Kids Need Chiropractic
Too! - Sub-occipital Strain in Newborns
The upper cervical spine
and atlanto-occipital junction have been identified in previous
studies as being the
cause of a diversity
of clinical findings affecting the newborn infant. A review
of a study by Biedermann in which sub-occipital strain is identified
as causing a variety of signs and symptoms in a group of 114 young
infants. The study, published in the Journal of Manual Medicine,
not only identifies the signs and symptoms of this condition, but
also highlights the effectiveness of spinal adjustments in correcting
the problem.
Kinematic (motion) imbalances
due to sub-occipital strain, otherwise known as KISS syndrome,
identifies the disease
causing potential
misalignments of the child's upper cervical spine vertebrae. From
a group of 600 children, 114 were chosen for treatment and follow-up
study.
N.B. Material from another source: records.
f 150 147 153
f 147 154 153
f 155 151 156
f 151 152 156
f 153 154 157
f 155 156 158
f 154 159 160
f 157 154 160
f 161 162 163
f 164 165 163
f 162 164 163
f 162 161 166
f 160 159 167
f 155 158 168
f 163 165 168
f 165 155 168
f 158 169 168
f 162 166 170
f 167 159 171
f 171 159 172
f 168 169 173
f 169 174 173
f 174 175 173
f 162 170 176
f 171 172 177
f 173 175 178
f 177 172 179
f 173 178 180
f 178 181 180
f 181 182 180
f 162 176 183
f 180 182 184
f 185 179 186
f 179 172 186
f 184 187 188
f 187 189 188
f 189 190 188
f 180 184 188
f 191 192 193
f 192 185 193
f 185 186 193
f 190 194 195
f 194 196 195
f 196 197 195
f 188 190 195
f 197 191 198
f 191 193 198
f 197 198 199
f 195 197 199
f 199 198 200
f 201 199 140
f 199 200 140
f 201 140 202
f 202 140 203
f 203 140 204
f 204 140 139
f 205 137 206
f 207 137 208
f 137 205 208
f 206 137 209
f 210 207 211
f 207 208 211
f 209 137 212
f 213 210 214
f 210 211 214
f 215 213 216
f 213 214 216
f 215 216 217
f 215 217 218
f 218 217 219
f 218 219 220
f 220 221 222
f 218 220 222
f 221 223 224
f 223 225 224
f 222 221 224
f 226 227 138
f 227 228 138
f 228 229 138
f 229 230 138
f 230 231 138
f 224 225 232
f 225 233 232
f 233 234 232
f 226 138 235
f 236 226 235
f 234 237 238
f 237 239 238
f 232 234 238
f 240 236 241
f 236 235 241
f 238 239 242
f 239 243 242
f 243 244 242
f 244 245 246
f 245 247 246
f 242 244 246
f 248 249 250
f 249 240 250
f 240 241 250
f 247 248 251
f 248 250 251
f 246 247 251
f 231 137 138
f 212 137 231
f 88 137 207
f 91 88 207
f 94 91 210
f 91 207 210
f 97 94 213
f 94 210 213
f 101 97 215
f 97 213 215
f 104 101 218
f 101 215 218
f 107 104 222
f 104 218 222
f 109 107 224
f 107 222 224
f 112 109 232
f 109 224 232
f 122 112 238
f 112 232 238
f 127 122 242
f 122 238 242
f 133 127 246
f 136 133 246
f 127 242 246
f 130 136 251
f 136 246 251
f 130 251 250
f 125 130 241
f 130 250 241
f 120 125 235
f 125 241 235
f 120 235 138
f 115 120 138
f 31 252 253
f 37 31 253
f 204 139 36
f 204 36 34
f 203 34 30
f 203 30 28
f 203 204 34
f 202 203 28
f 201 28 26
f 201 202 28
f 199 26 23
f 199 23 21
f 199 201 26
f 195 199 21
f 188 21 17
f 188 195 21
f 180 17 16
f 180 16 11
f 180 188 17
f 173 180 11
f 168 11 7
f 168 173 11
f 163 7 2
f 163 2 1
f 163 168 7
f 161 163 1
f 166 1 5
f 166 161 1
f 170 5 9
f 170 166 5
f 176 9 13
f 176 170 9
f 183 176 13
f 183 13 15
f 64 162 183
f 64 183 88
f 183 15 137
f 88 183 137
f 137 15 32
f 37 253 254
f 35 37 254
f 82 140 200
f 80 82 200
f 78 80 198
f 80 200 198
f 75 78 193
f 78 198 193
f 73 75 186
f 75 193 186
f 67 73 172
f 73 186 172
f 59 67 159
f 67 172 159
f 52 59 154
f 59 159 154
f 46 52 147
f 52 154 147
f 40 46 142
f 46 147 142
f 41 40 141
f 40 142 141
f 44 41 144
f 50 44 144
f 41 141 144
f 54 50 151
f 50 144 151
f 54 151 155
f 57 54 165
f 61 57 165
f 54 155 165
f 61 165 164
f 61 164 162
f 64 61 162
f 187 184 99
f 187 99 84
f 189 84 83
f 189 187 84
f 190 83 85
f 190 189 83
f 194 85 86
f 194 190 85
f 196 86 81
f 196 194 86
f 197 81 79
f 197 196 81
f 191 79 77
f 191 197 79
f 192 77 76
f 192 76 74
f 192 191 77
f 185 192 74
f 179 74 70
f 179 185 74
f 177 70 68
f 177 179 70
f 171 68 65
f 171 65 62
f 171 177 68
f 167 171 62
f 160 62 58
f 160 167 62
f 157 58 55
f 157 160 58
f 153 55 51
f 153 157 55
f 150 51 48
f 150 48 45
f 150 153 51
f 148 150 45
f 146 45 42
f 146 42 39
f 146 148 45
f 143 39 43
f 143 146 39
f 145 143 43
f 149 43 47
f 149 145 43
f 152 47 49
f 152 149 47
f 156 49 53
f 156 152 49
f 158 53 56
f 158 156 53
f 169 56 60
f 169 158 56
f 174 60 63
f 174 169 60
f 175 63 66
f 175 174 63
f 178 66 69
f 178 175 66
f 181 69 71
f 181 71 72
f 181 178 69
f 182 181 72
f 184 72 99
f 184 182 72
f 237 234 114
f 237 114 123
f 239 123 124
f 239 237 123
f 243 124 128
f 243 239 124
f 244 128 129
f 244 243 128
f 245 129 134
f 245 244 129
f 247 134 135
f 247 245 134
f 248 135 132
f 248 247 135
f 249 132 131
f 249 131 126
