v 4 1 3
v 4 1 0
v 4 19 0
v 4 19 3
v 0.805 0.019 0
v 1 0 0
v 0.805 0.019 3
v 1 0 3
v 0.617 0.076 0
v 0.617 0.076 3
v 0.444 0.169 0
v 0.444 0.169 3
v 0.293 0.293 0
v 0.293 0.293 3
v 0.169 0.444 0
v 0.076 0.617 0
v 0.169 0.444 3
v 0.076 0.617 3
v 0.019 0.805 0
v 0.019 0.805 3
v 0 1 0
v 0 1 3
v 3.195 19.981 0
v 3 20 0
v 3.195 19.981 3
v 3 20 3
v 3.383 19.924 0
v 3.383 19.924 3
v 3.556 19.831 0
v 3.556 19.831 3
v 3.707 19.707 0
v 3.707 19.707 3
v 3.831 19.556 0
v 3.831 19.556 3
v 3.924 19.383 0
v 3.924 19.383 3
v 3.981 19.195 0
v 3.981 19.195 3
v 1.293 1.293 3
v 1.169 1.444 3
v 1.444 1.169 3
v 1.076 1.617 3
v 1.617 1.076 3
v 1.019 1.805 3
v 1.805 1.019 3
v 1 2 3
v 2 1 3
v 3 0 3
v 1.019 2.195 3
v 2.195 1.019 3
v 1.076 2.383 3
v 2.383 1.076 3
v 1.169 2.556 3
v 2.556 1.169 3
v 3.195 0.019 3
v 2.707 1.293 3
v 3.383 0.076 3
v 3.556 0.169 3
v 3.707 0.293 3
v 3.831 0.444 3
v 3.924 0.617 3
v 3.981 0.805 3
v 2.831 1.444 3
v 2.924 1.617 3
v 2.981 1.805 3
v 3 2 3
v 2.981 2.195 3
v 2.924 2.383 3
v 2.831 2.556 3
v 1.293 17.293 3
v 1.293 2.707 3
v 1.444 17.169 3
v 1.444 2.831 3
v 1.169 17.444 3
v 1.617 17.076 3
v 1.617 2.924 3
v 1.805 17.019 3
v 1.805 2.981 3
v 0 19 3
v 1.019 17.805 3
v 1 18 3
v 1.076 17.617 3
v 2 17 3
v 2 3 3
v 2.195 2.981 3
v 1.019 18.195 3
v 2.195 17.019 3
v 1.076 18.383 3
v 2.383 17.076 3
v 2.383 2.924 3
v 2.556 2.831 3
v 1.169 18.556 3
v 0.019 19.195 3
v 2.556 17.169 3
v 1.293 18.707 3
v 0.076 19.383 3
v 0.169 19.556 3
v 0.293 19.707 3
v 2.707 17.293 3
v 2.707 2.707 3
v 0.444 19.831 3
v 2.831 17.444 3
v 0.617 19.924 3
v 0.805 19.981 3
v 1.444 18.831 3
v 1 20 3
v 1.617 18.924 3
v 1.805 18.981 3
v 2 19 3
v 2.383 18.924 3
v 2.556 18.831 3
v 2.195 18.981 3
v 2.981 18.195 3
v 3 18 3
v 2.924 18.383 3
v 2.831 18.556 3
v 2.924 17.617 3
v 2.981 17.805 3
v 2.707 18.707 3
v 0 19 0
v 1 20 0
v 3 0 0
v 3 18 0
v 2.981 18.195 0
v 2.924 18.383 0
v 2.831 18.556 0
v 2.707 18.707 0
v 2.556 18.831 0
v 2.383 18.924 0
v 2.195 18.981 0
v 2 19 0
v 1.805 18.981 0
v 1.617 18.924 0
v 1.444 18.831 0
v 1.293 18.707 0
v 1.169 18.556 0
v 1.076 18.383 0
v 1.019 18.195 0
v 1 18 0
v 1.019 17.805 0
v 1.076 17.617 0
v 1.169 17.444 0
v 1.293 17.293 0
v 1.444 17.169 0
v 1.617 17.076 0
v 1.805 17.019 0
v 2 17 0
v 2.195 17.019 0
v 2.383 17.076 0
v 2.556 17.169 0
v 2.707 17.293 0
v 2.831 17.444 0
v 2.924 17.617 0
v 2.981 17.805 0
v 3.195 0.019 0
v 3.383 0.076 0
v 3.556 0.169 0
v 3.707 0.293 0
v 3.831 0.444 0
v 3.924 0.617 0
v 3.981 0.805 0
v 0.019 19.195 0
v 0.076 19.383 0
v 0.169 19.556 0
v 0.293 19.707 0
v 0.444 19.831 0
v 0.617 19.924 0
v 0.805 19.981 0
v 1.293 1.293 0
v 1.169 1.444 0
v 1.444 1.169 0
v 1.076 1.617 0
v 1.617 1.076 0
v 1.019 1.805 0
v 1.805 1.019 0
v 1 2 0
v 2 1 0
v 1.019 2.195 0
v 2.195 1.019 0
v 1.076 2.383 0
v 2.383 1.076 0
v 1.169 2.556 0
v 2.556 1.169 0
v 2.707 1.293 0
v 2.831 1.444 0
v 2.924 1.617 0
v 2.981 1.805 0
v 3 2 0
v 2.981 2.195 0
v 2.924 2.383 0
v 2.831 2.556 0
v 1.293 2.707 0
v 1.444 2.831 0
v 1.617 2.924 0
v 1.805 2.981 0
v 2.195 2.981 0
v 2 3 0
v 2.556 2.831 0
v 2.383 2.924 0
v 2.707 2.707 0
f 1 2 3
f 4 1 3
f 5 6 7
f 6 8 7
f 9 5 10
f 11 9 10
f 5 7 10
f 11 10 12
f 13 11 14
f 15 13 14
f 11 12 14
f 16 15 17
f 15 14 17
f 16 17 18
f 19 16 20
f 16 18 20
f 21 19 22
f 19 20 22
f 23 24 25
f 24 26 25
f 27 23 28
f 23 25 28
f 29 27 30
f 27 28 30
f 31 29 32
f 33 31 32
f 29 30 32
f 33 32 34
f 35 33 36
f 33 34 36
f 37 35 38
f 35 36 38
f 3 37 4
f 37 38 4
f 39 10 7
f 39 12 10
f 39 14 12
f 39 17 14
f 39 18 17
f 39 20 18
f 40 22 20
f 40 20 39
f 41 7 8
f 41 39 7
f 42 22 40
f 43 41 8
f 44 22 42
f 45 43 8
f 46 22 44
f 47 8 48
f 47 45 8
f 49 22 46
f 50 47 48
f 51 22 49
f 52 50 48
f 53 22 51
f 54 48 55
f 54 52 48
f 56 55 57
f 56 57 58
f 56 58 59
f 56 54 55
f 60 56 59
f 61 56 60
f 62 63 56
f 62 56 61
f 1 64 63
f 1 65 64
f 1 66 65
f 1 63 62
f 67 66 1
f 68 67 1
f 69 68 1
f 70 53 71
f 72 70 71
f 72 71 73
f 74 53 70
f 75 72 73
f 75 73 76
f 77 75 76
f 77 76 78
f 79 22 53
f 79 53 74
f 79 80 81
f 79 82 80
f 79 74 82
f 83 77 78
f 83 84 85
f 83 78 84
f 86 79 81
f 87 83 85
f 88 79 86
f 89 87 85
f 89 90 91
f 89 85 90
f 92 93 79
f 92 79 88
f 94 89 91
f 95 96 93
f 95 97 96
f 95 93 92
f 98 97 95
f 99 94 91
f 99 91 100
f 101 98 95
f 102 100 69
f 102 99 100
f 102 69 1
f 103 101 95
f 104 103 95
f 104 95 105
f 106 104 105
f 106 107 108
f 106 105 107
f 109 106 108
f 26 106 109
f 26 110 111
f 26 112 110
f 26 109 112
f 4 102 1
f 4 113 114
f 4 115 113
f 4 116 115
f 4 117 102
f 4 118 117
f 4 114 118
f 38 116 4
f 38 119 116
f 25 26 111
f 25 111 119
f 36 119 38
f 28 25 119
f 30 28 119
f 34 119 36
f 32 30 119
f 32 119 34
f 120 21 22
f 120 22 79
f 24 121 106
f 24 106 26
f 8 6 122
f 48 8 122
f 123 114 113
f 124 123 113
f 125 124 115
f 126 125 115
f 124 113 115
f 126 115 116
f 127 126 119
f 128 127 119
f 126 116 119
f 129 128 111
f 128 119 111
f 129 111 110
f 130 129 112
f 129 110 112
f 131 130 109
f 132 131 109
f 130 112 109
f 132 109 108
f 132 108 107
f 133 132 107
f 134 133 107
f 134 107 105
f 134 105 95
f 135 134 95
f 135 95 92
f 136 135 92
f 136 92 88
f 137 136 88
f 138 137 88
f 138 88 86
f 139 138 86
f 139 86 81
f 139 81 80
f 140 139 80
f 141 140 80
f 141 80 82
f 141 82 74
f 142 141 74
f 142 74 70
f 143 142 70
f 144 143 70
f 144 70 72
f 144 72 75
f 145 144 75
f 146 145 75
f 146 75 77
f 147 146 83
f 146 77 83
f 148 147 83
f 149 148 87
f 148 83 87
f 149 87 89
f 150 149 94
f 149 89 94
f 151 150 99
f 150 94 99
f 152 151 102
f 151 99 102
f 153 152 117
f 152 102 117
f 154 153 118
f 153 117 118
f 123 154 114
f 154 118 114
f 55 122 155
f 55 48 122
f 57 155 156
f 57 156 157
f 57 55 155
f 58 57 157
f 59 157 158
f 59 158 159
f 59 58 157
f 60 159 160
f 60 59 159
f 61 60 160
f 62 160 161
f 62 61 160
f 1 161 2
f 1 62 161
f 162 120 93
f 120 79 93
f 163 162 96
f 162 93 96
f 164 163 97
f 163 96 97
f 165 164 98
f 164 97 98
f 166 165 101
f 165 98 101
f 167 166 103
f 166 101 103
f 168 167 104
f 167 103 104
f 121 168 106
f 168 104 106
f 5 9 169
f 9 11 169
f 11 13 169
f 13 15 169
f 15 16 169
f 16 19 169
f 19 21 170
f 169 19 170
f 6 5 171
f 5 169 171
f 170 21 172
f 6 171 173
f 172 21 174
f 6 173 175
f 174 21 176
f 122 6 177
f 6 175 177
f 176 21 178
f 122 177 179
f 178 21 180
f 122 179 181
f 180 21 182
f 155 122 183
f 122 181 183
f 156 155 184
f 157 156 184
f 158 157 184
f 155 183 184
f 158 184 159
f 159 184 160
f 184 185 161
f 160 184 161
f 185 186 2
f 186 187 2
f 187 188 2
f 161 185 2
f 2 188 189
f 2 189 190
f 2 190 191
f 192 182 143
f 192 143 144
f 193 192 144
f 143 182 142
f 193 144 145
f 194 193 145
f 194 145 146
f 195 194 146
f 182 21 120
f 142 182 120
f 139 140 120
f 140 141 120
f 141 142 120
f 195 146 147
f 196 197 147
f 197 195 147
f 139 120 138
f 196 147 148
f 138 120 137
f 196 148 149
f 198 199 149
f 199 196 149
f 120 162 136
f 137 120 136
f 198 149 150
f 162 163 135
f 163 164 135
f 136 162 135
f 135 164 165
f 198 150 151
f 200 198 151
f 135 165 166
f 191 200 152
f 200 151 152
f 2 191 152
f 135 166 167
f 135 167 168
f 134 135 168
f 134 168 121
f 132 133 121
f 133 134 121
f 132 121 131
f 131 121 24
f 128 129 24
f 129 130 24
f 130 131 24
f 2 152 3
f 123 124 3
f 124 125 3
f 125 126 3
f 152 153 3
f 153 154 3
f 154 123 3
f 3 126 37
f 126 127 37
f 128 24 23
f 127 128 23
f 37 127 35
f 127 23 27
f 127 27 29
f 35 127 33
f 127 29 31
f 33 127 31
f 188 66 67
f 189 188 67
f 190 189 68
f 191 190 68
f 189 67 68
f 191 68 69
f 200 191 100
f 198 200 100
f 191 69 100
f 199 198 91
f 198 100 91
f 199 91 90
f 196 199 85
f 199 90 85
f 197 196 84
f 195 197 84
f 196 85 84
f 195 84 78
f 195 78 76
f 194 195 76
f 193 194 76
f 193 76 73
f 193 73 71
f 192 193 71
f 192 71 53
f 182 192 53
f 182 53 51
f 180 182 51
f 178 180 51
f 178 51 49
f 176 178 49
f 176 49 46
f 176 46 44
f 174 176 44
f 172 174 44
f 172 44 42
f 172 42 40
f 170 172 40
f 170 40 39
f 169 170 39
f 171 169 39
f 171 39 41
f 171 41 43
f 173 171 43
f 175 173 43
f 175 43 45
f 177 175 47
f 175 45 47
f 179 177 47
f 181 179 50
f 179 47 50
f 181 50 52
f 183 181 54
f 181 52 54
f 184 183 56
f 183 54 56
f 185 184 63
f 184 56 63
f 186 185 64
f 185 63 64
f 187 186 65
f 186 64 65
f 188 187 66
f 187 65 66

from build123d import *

# Parameters (mm, degrees)
ESQUISSE1_W             = 4
ESQUISSE1_H             = 20
BOSS_EXTRU_1_DEPTH      = 3
ESQUISSE3_R             = 1
ENL_V_MAT_EXTRU_1_DEPTH = 6
CONG_4_R                = 1
CONG_5_R                = 1
CONG_6_R                = 1
CONG_7_R                = 1


with BuildPart() as part:
    # Esquisse1 → Boss.-Extru.1 (new body)
    with BuildSketch(Plane.XY):
        with Locations((2, 10)):
            Rectangle(ESQUISSE1_W, ESQUISSE1_H)
    extrude(amount=BOSS_EXTRU_1_DEPTH)

    # Esquisse3 → Enlèv. mat.-Extru.1 (cut)
    with BuildSketch(Plane.XY.offset(3)):
        with Locations((2, 2)):
            Circle(ESQUISSE3_R)
        with Locations((2, 18)):
            Circle(ESQUISSE3_R)
    extrude(amount=-ENL_V_MAT_EXTRU_1_DEPTH, mode=Mode.SUBTRACT)

    # Congé4
    cong_4_edges = [part.edges().sort_by_distance(p)[0] for p in [
        (4, 0, 1.5),
    ]]
    fillet(cong_4_edges, radius=CONG_4_R)

    # Congé5
    cong_5_edges = [part.edges().sort_by_distance(p)[0] for p in [
        (0, 0, 1.5),
    ]]
    fillet(cong_5_edges, radius=CONG_5_R)

    # Congé6
    cong_6_edges = [part.edges().sort_by_distance(p)[0] for p in [
        (0, 20, 1.5),
    ]]
    fillet(cong_6_edges, radius=CONG_6_R)

    # Congé7
    cong_7_edges = [part.edges().sort_by_distance(p)[0] for p in [
        (4, 20, 1.5),
    ]]
    fillet(cong_7_edges, radius=CONG_7_R)


solid = part.part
Their symptoms included restricted motion of the cervical
spine, torticollis, cervical scoliosis, asymmetric muscle tone, retarded
development of the hip joints, opisthotonos (retraction if the head
and arching of the back, with infant unable to hold the head erect),
deformities of the feet, restless sleep, and not eating or drinking
well.
The most common findings were those of torticollis (head tilted
to one side), scoliosis (sideways curve of the cervical spine), asymmetric
muscle development, slow development of the hip joints and asymmetrical
or slow development of motor skills.
The most common factors
causing sub-occipital strain were identified in the study as including
intrauterine malposition
of the fetus,
the use of forceps or vacuum extraction during the birth process,
prolonged labor and multiple fetuses (twins, triplets, etc.). The
incidence of these risk factors in affected infants varied significantly
from the established normal birth statistics.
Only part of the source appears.